The club he brought me to is no longer in existence. Turns out that since I escaped, it was raided and shut down by police. Given the fact that most of the women I worked with were desperate immigrants from South America who did not hold their own passports, who routinely disappeared to be taken to other, rougher clubs for bad behavior, and who would live with the club owner as his "girlfriend" for a time before he put them onstage and made another trip to recruit more "girlfriends," this was not entirely surprising. But when this is all being normalized for you -- when no matter how much your brain is yelling "THIS DOESN'T FEEL RIGHT!", you've got older, wiser people telling you that it's totally fine, and you've got nowhere else to go...

I was raped multiple times at the club by clients. Management turned a blind eye. I don't remember a lot of specifics about my time at the club. I remember managing to leave for what I thought was a reputable secretarial job I'd found in the classified ads, only to find that my boss was in tight with the owners of the club and the business itself was a front for other illegal activities. In retrospect, now I understand why they let me "get away" in the first place -- I wasn't going far. After they let me have my little bit of freedom, they fired me over a small typo in a document I'd produced, and I had no other options but to go back to the club.

No other options because at this point my breakfast was an 8-ounce glass of vodka and a cigarette, and I was having sedatives poured down my throat by the other girls who were trying to stop me from crying so that management wouldn't overhear and I wouldn't be sent off to one of the other clubs. I was strung out or drunk at any given time, so not exactly hireable. The predator who lured me there in the first place had lost interest in me at this point, claiming he couldn't be associated with a sex worker. He'd poisoned the tenuous relationship I had with my landlords in the first place, driving home the fact that I was nothing but a whore and an addict. They began destroying my property to punish me, emotionally abusing me, accusing me of trying to steal from them and demanding that I hand over more and more of my money. I couldn't have just packed up and gone home on my own. I was too far gone to know that I deserved anything else and I had no savings because of how much I had to pay out to everyone around me.

I had been in contact with my family via phone a few times to let them know where I was and that I was alive. They even knew what I was doing. When I got the courage to tell them, it had started as a cry for help. But I caved immediately afterwards. I swore up and down that I was happy with my lot in life while hoping that they would put their foot down and come get me anyway and then I would never have to admit how stupid I'd been, how much I'd been taken advantage of while still getting away. I fed the same lines to my friends who showed concern.
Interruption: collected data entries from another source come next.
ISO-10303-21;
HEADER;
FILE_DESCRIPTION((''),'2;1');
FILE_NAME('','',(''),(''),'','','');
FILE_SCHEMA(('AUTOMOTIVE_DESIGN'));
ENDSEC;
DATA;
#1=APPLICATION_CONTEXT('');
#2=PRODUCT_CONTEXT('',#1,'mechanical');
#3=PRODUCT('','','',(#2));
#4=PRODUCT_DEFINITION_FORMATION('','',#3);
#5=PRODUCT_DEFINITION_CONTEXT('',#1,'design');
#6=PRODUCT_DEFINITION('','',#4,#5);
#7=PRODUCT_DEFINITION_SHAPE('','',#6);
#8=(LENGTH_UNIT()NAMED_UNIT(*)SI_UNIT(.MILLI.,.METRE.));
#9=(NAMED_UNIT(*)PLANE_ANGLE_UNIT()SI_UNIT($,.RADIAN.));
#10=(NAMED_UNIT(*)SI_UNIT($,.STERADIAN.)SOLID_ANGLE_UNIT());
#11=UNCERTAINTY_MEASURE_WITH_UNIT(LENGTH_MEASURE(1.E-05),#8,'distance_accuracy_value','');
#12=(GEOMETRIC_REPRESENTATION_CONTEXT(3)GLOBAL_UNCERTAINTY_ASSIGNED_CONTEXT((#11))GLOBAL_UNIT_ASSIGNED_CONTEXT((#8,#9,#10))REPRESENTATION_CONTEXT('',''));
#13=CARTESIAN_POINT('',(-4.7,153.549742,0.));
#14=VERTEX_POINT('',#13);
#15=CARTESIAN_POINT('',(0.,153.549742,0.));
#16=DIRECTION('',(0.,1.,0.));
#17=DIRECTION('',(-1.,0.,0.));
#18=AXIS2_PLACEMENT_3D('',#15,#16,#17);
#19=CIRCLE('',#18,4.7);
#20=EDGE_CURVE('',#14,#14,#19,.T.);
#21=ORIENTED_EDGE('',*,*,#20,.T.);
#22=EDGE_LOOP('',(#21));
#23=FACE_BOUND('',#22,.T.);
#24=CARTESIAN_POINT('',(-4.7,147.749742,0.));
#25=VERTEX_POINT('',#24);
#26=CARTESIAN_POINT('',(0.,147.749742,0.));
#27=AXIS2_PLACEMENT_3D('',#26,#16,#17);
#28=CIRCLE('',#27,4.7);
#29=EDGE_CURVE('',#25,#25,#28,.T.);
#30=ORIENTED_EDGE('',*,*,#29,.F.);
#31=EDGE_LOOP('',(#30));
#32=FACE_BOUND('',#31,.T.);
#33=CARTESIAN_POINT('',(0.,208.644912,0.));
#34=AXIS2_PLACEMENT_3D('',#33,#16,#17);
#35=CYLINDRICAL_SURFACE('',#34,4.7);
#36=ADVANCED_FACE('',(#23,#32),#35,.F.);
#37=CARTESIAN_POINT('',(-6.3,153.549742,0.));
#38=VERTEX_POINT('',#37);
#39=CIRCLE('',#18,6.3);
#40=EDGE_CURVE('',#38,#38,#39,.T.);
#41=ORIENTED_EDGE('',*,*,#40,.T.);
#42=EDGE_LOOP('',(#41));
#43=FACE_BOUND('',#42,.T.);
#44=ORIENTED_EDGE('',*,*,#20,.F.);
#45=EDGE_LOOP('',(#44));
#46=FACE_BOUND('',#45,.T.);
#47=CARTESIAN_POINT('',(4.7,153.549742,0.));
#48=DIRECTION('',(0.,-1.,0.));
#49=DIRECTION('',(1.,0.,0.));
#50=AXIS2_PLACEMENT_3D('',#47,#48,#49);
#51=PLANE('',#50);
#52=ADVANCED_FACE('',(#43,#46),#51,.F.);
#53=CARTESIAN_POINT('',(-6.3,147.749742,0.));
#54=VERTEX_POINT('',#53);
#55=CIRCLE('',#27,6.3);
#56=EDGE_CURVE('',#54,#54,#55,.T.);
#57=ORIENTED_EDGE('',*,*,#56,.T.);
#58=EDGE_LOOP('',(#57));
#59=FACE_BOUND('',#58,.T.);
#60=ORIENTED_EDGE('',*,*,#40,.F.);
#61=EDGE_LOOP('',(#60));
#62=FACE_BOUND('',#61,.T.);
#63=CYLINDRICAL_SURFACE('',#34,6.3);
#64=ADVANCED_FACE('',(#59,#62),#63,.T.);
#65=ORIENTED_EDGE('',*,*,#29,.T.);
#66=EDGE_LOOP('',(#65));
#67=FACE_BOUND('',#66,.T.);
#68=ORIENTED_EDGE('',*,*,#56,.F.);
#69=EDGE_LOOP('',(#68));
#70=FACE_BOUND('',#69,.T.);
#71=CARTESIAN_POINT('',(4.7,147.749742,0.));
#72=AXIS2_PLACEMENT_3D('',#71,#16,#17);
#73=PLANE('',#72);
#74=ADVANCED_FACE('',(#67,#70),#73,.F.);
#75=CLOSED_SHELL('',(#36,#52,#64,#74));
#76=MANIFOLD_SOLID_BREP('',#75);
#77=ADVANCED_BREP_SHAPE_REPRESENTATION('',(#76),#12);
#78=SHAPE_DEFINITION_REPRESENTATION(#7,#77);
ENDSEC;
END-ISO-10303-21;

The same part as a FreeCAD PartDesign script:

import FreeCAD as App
import Part
import Sketcher

V = App.Vector
Q = App.Units.Quantity


def add_polygon(sketch, points):
    """Adds a closed chain of lines whose ends are joined by coincident constraints."""
    first, n = sketch.GeometryCount, len(points)
    for a, b in zip(points, points[1:] + points[:1]):
        sketch.addGeometry(Part.LineSegment(App.Vector(*a, 0), App.Vector(*b, 0)), False)
    for i in range(n):
        sketch.addConstraint(Sketcher.Constraint("Coincident", first + i, 2, first + (i + 1) % n, 1))

doc = App.newDocument("Part")
body = doc.addObject("PartDesign::Body", "Body")

sketch1 = body.newObject("Sketcher::SketchObject", "Sketch")
sketch1.AttachmentSupport = (doc.getObject("XY_Plane"), [""])
sketch1.MapMode = "FlatFace"
add_polygon(sketch1, [(4.7, 153.5), (4.7, 147.7), (6.3, 147.7), (6.3, 153.5)])
sketch1.addConstraint([
    Sketcher.Constraint("Vertical", 0),
    Sketcher.Constraint("Horizontal", 1),
    Sketcher.Constraint("Vertical", 2),
    Sketcher.Constraint("Horizontal", 3),
    Sketcher.Constraint("DistanceX", 1, 1, 1, 2, Q("1.6 mm")),
    Sketcher.Constraint("DistanceY", 0, 2, 0, 1, Q("5.8 mm")),
    Sketcher.Constraint("DistanceX", -1, 1, 0, 2, Q("4.7 mm")),
    Sketcher.Constraint("DistanceY", -1, 1, 0, 2, Q("147.749742 mm")),
])
revolution = body.newObject("PartDesign::Revolution", "Revolution")
revolution.Profile = sketch1
revolution.ReferenceAxis = (sketch1, ["V_Axis"])
revolution.Angle = 360

doc.recompute()
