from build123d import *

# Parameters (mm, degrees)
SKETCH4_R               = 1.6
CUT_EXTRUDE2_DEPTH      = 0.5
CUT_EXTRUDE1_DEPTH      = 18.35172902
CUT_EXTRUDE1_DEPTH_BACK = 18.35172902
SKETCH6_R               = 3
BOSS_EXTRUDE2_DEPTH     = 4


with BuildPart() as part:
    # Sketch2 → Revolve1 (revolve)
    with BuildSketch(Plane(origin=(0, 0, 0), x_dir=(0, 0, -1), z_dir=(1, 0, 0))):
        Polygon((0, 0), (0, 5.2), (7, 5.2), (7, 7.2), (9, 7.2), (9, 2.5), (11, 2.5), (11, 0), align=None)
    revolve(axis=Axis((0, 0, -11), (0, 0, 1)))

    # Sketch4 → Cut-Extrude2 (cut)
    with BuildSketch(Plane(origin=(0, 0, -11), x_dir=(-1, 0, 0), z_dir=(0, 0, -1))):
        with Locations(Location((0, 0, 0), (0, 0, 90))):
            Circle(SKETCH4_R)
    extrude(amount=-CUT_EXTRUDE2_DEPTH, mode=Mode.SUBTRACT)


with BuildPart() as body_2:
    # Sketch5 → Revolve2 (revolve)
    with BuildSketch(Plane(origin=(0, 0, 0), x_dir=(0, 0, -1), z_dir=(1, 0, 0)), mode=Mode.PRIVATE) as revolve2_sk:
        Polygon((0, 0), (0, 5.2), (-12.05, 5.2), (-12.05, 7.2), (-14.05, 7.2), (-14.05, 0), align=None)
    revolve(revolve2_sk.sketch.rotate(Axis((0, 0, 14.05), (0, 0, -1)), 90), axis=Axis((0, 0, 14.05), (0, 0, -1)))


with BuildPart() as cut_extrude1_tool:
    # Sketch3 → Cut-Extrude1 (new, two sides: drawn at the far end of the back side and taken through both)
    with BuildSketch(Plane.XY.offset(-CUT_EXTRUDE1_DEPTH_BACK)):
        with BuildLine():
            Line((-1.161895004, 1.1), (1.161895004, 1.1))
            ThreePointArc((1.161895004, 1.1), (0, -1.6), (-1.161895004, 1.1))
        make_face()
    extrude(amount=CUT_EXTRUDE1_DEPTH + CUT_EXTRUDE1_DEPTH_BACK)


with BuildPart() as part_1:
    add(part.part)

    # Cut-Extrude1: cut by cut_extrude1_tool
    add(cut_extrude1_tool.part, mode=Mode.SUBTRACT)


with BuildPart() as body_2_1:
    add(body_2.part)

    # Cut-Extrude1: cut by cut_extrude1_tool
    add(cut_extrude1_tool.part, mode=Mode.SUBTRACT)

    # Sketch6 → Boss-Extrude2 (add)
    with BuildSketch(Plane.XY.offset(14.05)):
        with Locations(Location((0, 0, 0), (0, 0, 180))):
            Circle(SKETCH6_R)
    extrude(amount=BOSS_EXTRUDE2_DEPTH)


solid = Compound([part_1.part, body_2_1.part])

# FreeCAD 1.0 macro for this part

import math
import FreeCAD as App
import Part
import Sketcher

V = App.Vector
Q = App.Units.Quantity


def add_polygon(sketch, points):
    """Adds a closed chain of lines whose ends are joined by coincident constraints."""
    first, n = sketch.GeometryCount, len(points)
    for a, b in zip(points, points[1:] + points[:1]):
        sketch.addGeometry(Part.LineSegment(App.Vector(*a, 0), App.Vector(*b, 0)), False)
    for i in range(n):
        sketch.addConstraint(Sketcher.Constraint("Coincident", first + i, 2, first + (i + 1) % n, 1))

doc = App.newDocument("Part")
body = doc.addObject("PartDesign::Body", "Body")

# Sketch on YZ plane
sketch1 = body.newObject("Sketcher::SketchObject", "Sketch")
sketch1.AttachmentSupport = (doc.getObject("YZ_Plane"), [""])
sketch1.MapMode = "FlatFace"
add_polygon(sketch1, [(5.2, 0), (0, 0), (0, -11), (2.5, -11), (2.5, -9), (7.2, -9), (7.2, -7), (5.2, -7)])  # lines 0-7
sketch1.addConstraint([
    Sketcher.Constraint("Horizontal", 0),
    Sketcher.Constraint("Vertical", 1),
    Sketcher.Constraint("Horizontal", 2),
    Sketcher.Constraint("Vertical", 3),
    Sketcher.Constraint("Horizontal", 4),
    Sketcher.Constraint("Vertical", 5),
    Sketcher.Constraint("Horizontal", 6),
    Sketcher.Constraint("Vertical", 7),
    Sketcher.Constraint("Coincident", 0, 2, -1, 1),
    Sketcher.Constraint("Equal", 6, 3),
    Sketcher.Constraint("Equal", 3, 5),
    Sketcher.Constraint("DistanceX", 6, 2, 6, 1, Q("2 mm")),
    Sketcher.Constraint("DistanceY", 1, 2, 1, 1, Q("11 mm")),
    Sketcher.Constraint("DistanceX", 0, 2, 0, 1, Q("5.2 mm")),
    Sketcher.Constraint("DistanceX", 2, 1, 2, 2, Q("2.5 mm")),
])
revolution = body.newObject("PartDesign::Revolution", "Revolution")
revolution.Profile = sketch1
revolution.ReferenceAxis = (sketch1, ["V_Axis"])
revolution.Angle = 360

# Sketch on XY plane
sketch2 = body.newObject("Sketcher::SketchObject", "Sketch001")
sketch2.AttachmentSupport = (doc.getObject("XY_Plane"), [""])
sketch2.MapMode = "FlatFace"
sketch2.AttachmentOffset = App.Placement(V(0, 0, -11), App.Rotation())
sketch2.addGeometry(Part.Circle(V(0, 0, 0), V(0, 0, 1), 1.6), False)
sketch2.addConstraint([
    Sketcher.Constraint("Coincident", 0, 3, -1, 1),
    Sketcher.Constraint("Diameter", 0, Q("3.2 mm")),
])
pocket1 = body.newObject("PartDesign::Pocket", "Pocket")
pocket1.Profile = sketch2
pocket1.Length = 0.5
pocket1.Reversed = True
body2 = doc.addObject("PartDesign::Body", "Body001")

# Sketch on YZ plane
sketch3 = body2.newObject("Sketcher::SketchObject", "Sketch002")
sketch3.AttachmentSupport = (doc.getObject("YZ_Plane001"), [""])
sketch3.MapMode = "FlatFace"
add_polygon(sketch3, [(0, 0), (5.2, 0), (5.2, 12.1), (7.2, 12.1), (7.2, 14.1), (0, 14.1)])  # lines 0-5
sketch3.addConstraint([
    Sketcher.Constraint("Horizontal", 0),
    Sketcher.Constraint("Vertical", 1),
    Sketcher.Constraint("Horizontal", 2),
    Sketcher.Constraint("Vertical", 3),
    Sketcher.Constraint("Horizontal", 4),
    Sketcher.Constraint("Vertical", 5),
    Sketcher.Constraint("Coincident", 5, 2, -1, 1),
    Sketcher.Constraint("Equal", 2, 3),
    Sketcher.Constraint("DistanceX", 2, 1, 2, 2, Q("2 mm")),
    Sketcher.Constraint("DistanceX", 0, 1, 0, 2, Q("5.2 mm")),
    Sketcher.Constraint("DistanceY", 1, 1, 1, 2, Q("12.05 mm")),
])
revolution2 = body2.newObject("PartDesign::Revolution", "Revolution001")
revolution2.Profile = sketch3
revolution2.ReferenceAxis = (sketch3, ["V_Axis"])
revolution2.Angle = 360
body3 = doc.addObject("PartDesign::Body", "Body002")

# Sketch on XY plane
sketch4 = body3.newObject("Sketcher::SketchObject", "Sketch003")
sketch4.AttachmentSupport = (doc.getObject("XY_Plane002"), [""])
sketch4.MapMode = "FlatFace"
sketch4.addGeometry([
    Part.LineSegment(V(1.2, 1.1, 0), V(-1.2, 1.1, 0)),
    Part.ArcOfCircle(Part.Circle(V(0, 0, 0), V(0, 0, 1), 1.6), math.radians(137), math.radians(403)),
], False)
sketch4.addConstraint([
    Sketcher.Constraint("Coincident", 0, 1, 1, 2),
    Sketcher.Constraint("Coincident", 1, 1, 0, 2),
    Sketcher.Constraint("Horizontal", 0),
    Sketcher.Constraint("Coincident", 1, 3, -1, 1),
    Sketcher.Constraint("Radius", 1, Q("1.6 mm")),
    Sketcher.Constraint("DistanceY", -1, 1, 0, 1, Q("1.1 mm")),
])
pad1 = body3.newObject("PartDesign::Pad", "Pad")
pad1.Profile = sketch4
pad1.Type = "TwoLengths"
pad1.Length = 18.351729
pad1.Length2 = 18.351729
doc.recompute()

body4 = doc.addObject("PartDesign::Body", "Body003")
body4.BaseFeature = body3
boolean = body.newObject("PartDesign::Boolean", "Boolean")
boolean.Type = "Cut"
boolean.addObjects([body4])
doc.recompute()

boolean2 = body2.newObject("PartDesign::Boolean", "Boolean001")
boolean2.Type = "Cut"
boolean2.addObjects([body3])

# Sketch on XY plane
sketch5 = body2.newObject("Sketcher::SketchObject", "Sketch004")
sketch5.AttachmentSupport = (doc.getObject("XY_Plane001"), [""])
sketch5.MapMode = "FlatFace"
sketch5.AttachmentOffset = App.Placement(V(0, 0, 14.05), App.Rotation())
sketch5.addGeometry(Part.Circle(V(0, 0, 0), V(0, 0, 1), 3), False)
sketch5.addConstraint([
    Sketcher.Constraint("Coincident", 0, 3, -1, 1),
    Sketcher.Constraint("Diameter", 0, Q("6 mm")),
])
pad2 = body2.newObject("PartDesign::Pad", "Pad001")
pad2.Profile = sketch5
pad2.Length = 4

doc.recompute()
To the doctors who expressed concerns about my constant kidney infections and physical appearance during exam.

I was, at least physically, an adult -- by this point I'd been so traumatized that mentally I was, and still am, closer to a teenager. This meant that every single one of them had no real choice but to take me at my word. If my family had stomped their feet and demanded I come home, sight unseen, they knew they risked losing me altogether because of how thoroughly my mind had been worked over.

Until my mother came to visit. I'd just gotten out of the hospital from a suicide attempt. She saw how skinny I was -- I didn't have enough money for food, so I was living off of whatever I could convince a client to buy me in exchange for sex, the only currency I had left -- saw the conditions I was living under, saw the hollow look in my eyes. She managed to get me on a plane to come home, and in doing so, saved my life.

We have never spoken about the details of what happened to me during that time in my life, and never will, because I know she will blame herself, even though none of it was her fault, and in the end she was the one who dragged me back from the brink without realizing it. I even warned her that I was making this blog post and that she should avoid reading it. Because the predators don't just destroy their victims; they decimate the families and friends of their victims. They torment people who have had similar experiences. They manipulate and ruin credibility and do everything they can to continue being able to pick off the proverbial sheep from the flock, undetected.

I never went to the authorities about what happened to me, and I never will. The statute of limitations has passed, and any evidence there may once have been is long gone, which is why I'm not naming names -- there would be no happy outcome where the predator ends up in jail and I get to move on with my life knowing he'll never hurt anyone again. He's not a celebrity. He's no one of great import. You wouldn't recognize his face in the crowd. I can't even prove that he ever did to anyone else what he did to me, although the statistics are pretty clear that offenders like this are rarely one-offs. If I gave identifying information, I'd likely just end up getting sued for libel with no way to prove my case.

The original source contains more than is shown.